TRY IT.
Retype, without any change, the first line of the records and every line after it through the one containing "# FreeCAD 1.0 macro for this part".

──────── DATA SHOWN ────────

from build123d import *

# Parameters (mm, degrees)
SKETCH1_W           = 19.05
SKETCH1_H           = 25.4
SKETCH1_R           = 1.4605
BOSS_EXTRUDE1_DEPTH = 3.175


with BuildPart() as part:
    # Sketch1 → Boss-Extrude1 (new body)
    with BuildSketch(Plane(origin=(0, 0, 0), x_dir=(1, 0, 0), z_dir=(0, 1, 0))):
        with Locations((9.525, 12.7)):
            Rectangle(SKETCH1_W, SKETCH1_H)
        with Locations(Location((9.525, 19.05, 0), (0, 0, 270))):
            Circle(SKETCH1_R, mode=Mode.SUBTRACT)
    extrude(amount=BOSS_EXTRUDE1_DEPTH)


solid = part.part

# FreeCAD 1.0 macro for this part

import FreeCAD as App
import Part
import Sketcher
from FreeCAD import Vector
Q = App.Units.Quantity


def add_polygon(sketch, points):
    """Adds a closed chain of lines whose ends are joined by coincident constraints."""
    first, n = sketch.GeometryCount, len(points)
    for a, b in zip(points, points[1:] + points[:1]):
        sketch.addGeometry(Part.LineSegment(App.Vector(*a, 0), App.Vector(*b, 0)), False)
    for i in range(n):
        sketch.addConstraint(Sketcher.Constraint("Coincident", first + i, 2, first + (i + 1) % n, 1))

doc = App.newDocument("Part")
body = doc.addObject("PartDesign::Body", "Body")

sketch1 = body.newObject("Sketcher::SketchObject", "Sketch")
sketch1.AttachmentSupport = (doc.getObject("XZ_Plane"), [""])
sketch1.MapMode = "FlatFace"
add_polygon(sketch1, [(0, -25.4), (0, 0), (19.05, 0), (19.05, -25.4)])
sketch1.addGeometry(Part.Circle(Vector(9.525, -19.05, 0), Vector(0, 0, 1), 1.4605), False)
sketch1.addConstraint([
    Sketcher.Constraint("Vertical", 0),
    Sketcher.Constraint("Horizontal", 1),
    Sketcher.Constraint("Vertical", 2),
    Sketcher.Constraint("Horizontal", 3),
    Sketcher.Constraint("Coincident", 0, 2, -1, 1),
    Sketcher.Constraint("DistanceY", 0, 1, 0, 2, Q("1 in")),
    Sketcher.Constraint("Diameter", 4, Q("0.115 in")),
    Sketcher.Constraint("DistanceX", 1, 1, 1, 2, Q("0.75 in")),
    Sketcher.Constraint("DistanceY", 4, 3, -1, 1, Q("0.75 in")),
    Sketcher.Constraint("DistanceX", -1, 1, 4, 3, Q("0.375 in")),
])
pad1 = body.newObject("PartDesign::Pad", "Pad")
pad1.Profile = sketch1
pad1.Length = Q("0.125 in")
pad1.Reversed = True

doc.recompute()
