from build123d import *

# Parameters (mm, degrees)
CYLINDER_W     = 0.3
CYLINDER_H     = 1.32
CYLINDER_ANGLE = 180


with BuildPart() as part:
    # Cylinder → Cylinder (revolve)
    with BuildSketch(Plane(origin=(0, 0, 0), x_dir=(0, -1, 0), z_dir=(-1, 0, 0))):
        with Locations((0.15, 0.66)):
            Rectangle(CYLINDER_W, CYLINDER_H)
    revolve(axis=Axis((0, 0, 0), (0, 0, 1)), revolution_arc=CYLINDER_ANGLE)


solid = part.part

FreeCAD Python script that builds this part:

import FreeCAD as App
import Part
import Sketcher
from FreeCAD import Vector
Q = App.Units.Quantity


def add_polygon(sketch, points):
    """Adds a closed chain of lines whose ends are joined by coincident constraints."""
    first, n = sketch.GeometryCount, len(points)
    for a, b in zip(points, points[1:] + points[:1]):
        sketch.addGeometry(Part.LineSegment(App.Vector(*a, 0), App.Vector(*b, 0)), False)
    for i in range(n):
        sketch.addConstraint(Sketcher.Constraint("Coincident", first + i, 2, first + (i + 1) % n, 1))

doc = App.newDocument("Part")
body = doc.addObject("PartDesign::Body", "Body")

# Sketch on YZ plane
sketch1 = body.newObject("Sketcher::SketchObject", "Sketch")
sketch1.AttachmentSupport = (doc.getObject("YZ_Plane"), [""])
sketch1.MapMode = "FlatFace"
add_polygon(sketch1, [(0, 1.32), (0, 0), (-0.3, 0), (-0.3, 1.32)])  # lines 0-3
sketch1.addConstraint(Sketcher.Constraint("Vertical", 0))
sketch1.addConstraint(Sketcher.Constraint("Horizontal", 1))
sketch1.addConstraint(Sketcher.Constraint("Vertical", 2))
sketch1.addConstraint(Sketcher.Constraint("Horizontal", 3))
sketch1.addConstraint(Sketcher.Constraint("Coincident", 0, 2, -1, 1))
sketch1.addConstraint(Sketcher.Constraint("DistanceX", 1, 2, 1, 1, Q("0.3 mm")))
sketch1.addConstraint(Sketcher.Constraint("DistanceY", 0, 2, 0, 1, Q("1.32 mm")))
revolution = body.newObject("PartDesign::Revolution", "Revolution")
revolution.Profile = sketch1
revolution.ReferenceAxis = (sketch1, ["V_Axis"])
revolution.Angle = 180

doc.recompute()
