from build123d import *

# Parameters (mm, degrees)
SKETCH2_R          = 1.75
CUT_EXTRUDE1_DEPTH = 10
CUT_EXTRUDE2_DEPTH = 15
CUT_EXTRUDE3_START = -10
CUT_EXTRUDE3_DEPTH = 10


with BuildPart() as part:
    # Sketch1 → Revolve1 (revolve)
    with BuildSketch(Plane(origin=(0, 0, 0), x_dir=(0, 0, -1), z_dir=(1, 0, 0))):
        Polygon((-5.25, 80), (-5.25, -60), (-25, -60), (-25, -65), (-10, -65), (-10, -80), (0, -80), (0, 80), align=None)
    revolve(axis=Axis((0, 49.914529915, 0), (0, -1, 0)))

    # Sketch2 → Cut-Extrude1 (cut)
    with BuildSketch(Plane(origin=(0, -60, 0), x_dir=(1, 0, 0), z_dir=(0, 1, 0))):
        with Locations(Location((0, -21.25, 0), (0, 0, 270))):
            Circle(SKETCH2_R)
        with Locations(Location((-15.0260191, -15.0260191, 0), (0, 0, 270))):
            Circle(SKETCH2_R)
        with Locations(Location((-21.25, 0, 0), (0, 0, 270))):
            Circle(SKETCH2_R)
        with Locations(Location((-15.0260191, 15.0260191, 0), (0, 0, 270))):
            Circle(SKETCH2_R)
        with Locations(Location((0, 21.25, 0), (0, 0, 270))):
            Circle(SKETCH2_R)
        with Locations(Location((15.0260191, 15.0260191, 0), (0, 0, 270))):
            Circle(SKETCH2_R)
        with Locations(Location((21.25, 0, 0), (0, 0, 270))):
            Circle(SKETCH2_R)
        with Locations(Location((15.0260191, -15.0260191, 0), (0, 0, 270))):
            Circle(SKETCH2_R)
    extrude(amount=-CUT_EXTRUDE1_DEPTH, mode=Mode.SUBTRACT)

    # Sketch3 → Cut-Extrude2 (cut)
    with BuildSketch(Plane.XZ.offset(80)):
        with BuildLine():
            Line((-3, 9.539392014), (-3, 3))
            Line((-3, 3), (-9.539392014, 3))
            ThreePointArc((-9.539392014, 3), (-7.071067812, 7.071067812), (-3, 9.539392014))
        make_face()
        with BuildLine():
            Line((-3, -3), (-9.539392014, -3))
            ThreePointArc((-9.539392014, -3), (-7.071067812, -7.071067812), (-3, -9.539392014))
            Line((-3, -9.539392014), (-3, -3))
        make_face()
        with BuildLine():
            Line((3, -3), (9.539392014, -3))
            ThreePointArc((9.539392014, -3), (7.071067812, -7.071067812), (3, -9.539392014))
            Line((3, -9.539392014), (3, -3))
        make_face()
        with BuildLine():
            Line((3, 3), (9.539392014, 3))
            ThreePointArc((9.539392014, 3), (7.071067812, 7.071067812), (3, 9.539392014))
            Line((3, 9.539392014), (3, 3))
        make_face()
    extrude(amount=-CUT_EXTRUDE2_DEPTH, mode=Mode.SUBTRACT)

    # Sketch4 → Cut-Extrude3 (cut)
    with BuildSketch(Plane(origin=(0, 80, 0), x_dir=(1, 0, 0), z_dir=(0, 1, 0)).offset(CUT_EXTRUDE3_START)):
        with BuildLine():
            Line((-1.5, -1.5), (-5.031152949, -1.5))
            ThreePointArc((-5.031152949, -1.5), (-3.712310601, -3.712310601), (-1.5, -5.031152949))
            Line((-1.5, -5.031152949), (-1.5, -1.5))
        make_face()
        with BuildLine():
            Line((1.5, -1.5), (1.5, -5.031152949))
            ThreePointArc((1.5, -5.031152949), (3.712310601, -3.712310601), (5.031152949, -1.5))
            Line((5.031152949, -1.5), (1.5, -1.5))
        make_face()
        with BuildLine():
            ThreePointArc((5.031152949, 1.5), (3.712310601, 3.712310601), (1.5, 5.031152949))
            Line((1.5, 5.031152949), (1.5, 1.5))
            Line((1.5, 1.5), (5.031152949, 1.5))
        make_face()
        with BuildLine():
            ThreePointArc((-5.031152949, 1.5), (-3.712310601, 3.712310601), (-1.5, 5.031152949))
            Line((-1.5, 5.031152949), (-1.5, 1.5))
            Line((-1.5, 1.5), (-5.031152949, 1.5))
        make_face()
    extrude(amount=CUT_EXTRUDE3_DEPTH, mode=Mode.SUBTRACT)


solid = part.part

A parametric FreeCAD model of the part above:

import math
import FreeCAD as App
import Part
import Sketcher
Q = App.Units.Quantity

doc = App.newDocument("Part")
body = doc.addObject("PartDesign::Body", "Body")

sketch1 = doc.addObject("Sketcher::SketchObject", "Sketch")
body.addObject(sketch1)
sketch1.AttachmentSupport = (doc.YZ_Plane, [""])
sketch1.MapMode = "FlatFace"
sketch1.addGeometry(Part.LineSegment(App.Vector(80, 5, 0), App.Vector(-60, 5, 0)), False)
sketch1.addGeometry(Part.LineSegment(App.Vector(-60, 5, 0), App.Vector(-60, 25, 0)), False)
sketch1.addGeometry(Part.LineSegment(App.Vector(-60, 25, 0), App.Vector(-65, 25, 0)), False)
sketch1.addGeometry(Part.LineSegment(App.Vector(-65, 25, 0), App.Vector(-65, 10, 0)), False)
sketch1.addGeometry(Part.LineSegment(App.Vector(-65, 10, 0), App.Vector(-80, 10, 0)), False)
sketch1.addGeometry(Part.LineSegment(App.Vector(-80, 10, 0), App.Vector(-80, 0, 0)), False)
sketch1.addGeometry(Part.LineSegment(App.Vector(-80, 0, 0), App.Vector(80, 0, 0)), False)
sketch1.addGeometry(Part.LineSegment(App.Vector(80, 0, 0), App.Vector(80, 5, 0)), False)
sketch1.addConstraint(Sketcher.Constraint("Coincident", 0, 2, 1, 1))
sketch1.addConstraint(Sketcher.Constraint("Coincident", 1, 2, 2, 1))
sketch1.addConstraint(Sketcher.Constraint("Coincident", 2, 2, 3, 1))
sketch1.addConstraint(Sketcher.Constraint("Coincident", 3, 2, 4, 1))
sketch1.addConstraint(Sketcher.Constraint("Coincident", 4, 2, 5, 1))
sketch1.addConstraint(Sketcher.Constraint("Coincident", 5, 2, 6, 1))
sketch1.addConstraint(Sketcher.Constraint("Coincident", 6, 2, 7, 1))
sketch1.addConstraint(Sketcher.Constraint("Coincident", 7, 2, 0, 1))
sketch1.addConstraint(Sketcher.Constraint("Horizontal", 0))
sketch1.addConstraint(Sketcher.Constraint("Vertical", 1))
sketch1.addConstraint(Sketcher.Constraint("Horizontal", 2))
sketch1.addConstraint(Sketcher.Constraint("Vertical", 3))
sketch1.addConstraint(Sketcher.Constraint("Horizontal", 4))
sketch1.addConstraint(Sketcher.Constraint("Vertical", 5))
sketch1.addConstraint(Sketcher.Constraint("Horizontal", 6))
sketch1.addConstraint(Sketcher.Constraint("Vertical", 7))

────────

ANSWER BOX.
from build123d import *

# Parameters (mm, degrees)
SKETCH1_W           = 19.05
SKETCH1_H           = 25.4
SKETCH1_R           = 1.4605
BOSS_EXTRUDE1_DEPTH = 3.175


with BuildPart() as part:
    # Sketch1 → Boss-Extrude1 (new body)
    with BuildSketch(Plane(origin=(0, 0, 0), x_dir=(1, 0, 0), z_dir=(0, 1, 0))):
        with Locations((9.525, 12.7)):
            Rectangle(SKETCH1_W, SKETCH1_H)
        with Locations(Location((9.525, 19.05, 0), (0, 0, 270))):
            Circle(SKETCH1_R, mode=Mode.SUBTRACT)
    extrude(amount=BOSS_EXTRUDE1_DEPTH)


solid = part.part

# FreeCAD 1.0 macro for this part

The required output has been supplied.